What I'm imagining is, say, your corporate headquarters are in San Jose, CA. You've got this data in the footer. What would Google think of an inside page optimized for, say, Little Rock, Arkansas, but with a footer for San Jose, CA? How would they read this conflicting data? What would you think or suggest, Matt?
Miriam
Thanx, Matt!
Miriam: good questions! I think you have a good point - having that corporate address in all a site's footer pages, including store location pages, would likely be a little bit of a bad idea in this case.
I say that because the page would be slightly "muddier" from the perspective of the search engine. My recommendation about creating an individual profile page for every store location was done with the intention of making a page that's highly focused and specifically relevant to the particular address/city/state of that store, coupled with the company's brand name. Having an additional location address on the same page is just a bit detracting from this purpose, although I think the store locator pages could/would still likely perform very well for local search.

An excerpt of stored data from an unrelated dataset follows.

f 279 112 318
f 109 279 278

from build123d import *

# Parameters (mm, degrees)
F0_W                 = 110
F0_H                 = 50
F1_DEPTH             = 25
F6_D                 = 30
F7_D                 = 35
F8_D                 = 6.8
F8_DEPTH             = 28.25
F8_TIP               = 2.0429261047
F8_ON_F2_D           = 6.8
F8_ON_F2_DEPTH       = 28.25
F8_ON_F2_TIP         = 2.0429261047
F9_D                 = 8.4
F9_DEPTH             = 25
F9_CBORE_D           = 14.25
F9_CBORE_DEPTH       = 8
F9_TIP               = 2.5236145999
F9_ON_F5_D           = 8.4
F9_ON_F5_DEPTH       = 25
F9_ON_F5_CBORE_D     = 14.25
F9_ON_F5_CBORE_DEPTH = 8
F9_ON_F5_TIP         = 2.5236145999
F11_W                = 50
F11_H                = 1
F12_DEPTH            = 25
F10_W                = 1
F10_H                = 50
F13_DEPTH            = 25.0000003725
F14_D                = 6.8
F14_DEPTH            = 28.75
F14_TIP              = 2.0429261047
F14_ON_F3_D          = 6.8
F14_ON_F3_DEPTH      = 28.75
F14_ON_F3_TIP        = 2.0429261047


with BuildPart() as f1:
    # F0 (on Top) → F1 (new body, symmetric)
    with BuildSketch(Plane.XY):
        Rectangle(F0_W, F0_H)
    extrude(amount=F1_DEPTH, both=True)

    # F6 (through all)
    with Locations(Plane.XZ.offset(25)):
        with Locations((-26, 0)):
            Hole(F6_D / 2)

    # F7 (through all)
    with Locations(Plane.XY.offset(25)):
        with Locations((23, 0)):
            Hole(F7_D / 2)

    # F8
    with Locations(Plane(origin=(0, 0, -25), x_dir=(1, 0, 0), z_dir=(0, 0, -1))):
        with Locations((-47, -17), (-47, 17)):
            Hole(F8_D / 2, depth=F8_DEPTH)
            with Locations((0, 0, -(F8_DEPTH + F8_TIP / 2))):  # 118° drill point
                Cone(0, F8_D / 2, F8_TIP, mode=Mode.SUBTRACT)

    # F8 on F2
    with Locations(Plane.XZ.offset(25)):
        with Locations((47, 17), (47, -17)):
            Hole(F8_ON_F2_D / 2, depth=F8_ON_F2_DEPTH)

In the case you cite, I'd suggest the site use a different footer file for their store locator section in order to leave off the HQ address.

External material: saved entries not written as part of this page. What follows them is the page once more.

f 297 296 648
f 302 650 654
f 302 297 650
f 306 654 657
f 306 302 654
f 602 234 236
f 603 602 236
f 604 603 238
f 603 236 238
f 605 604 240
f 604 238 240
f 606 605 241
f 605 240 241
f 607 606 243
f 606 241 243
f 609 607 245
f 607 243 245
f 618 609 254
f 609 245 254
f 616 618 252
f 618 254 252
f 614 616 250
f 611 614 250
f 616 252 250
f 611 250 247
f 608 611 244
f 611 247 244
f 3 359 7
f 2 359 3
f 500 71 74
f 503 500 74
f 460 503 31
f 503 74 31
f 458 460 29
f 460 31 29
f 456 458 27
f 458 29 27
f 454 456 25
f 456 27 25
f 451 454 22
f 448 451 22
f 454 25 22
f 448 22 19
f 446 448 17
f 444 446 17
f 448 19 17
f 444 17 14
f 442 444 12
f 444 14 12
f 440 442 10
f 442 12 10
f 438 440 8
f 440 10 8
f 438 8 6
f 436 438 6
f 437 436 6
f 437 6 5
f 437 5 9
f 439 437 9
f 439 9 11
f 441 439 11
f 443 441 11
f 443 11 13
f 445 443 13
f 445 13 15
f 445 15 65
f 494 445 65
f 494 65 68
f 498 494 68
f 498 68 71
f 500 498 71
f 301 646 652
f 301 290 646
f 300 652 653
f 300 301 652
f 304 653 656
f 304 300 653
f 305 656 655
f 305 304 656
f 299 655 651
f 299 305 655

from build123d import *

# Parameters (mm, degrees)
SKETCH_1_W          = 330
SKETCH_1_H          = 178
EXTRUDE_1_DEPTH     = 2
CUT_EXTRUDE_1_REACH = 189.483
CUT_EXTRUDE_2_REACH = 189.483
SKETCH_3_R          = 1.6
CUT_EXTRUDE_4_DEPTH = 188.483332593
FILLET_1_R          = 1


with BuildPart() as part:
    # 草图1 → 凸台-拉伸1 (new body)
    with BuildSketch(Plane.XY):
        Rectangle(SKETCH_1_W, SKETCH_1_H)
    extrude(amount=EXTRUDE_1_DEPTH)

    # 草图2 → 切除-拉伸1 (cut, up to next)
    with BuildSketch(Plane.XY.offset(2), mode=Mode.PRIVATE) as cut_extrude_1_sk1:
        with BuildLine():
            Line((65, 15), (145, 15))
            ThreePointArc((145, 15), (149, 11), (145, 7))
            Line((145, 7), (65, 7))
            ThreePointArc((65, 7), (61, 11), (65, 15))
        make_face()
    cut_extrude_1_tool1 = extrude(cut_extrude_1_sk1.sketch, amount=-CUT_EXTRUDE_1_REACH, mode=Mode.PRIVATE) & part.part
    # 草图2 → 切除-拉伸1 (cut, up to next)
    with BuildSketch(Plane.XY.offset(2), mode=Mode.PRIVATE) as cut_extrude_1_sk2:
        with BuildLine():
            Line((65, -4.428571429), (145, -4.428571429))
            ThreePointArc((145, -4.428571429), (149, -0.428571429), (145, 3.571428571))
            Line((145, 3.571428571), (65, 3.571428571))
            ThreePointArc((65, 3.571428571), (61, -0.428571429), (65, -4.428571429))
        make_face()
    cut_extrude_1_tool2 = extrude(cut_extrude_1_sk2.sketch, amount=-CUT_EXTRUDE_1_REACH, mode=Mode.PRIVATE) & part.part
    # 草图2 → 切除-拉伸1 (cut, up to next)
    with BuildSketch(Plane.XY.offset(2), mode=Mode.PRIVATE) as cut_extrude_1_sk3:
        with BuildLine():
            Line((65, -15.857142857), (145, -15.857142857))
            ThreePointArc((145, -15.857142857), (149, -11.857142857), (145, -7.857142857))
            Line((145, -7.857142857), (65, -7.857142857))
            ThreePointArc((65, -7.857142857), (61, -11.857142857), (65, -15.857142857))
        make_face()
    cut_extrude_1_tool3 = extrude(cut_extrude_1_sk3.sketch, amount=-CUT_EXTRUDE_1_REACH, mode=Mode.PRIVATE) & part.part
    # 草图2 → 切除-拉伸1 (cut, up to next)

Most large companies aren't interested in driving lots of premise traffic to their headquarters building -- they're far more interested in driving the consumer traffic to their actual stores.
Hi Silver,
Yes...what you are saying makes sense to me. It seems like the unique footer element would likely be a very important part of optimizing the individual location pages, in fact. Thanks for replying!
Miriam
I was just looking at a law firm web site a couple days ago. The footer listed all five locations they have, and they had contacted me asking about local SEO. I thought, "Yikes. Gotta lose that right there."
So I'm with Chris all the way on this. I think you need to ditch any potentially confusing geo-data on these individual store/location pages.
Great article Chris. There are some real wins that businesses can make here that will only become even more important as local/mobile take on even greater importance. So many miss on this as these locators, if they even have them, are often behind javascript, AJAX, or Flash and popup windows. Having separate pages for each location provide a great opportunity to provide even more useful content, like listing local events, seminars, speakers or anything else happening at a specific location, that not only better serves visitors, but provides more opportunities to rank for even more search terms.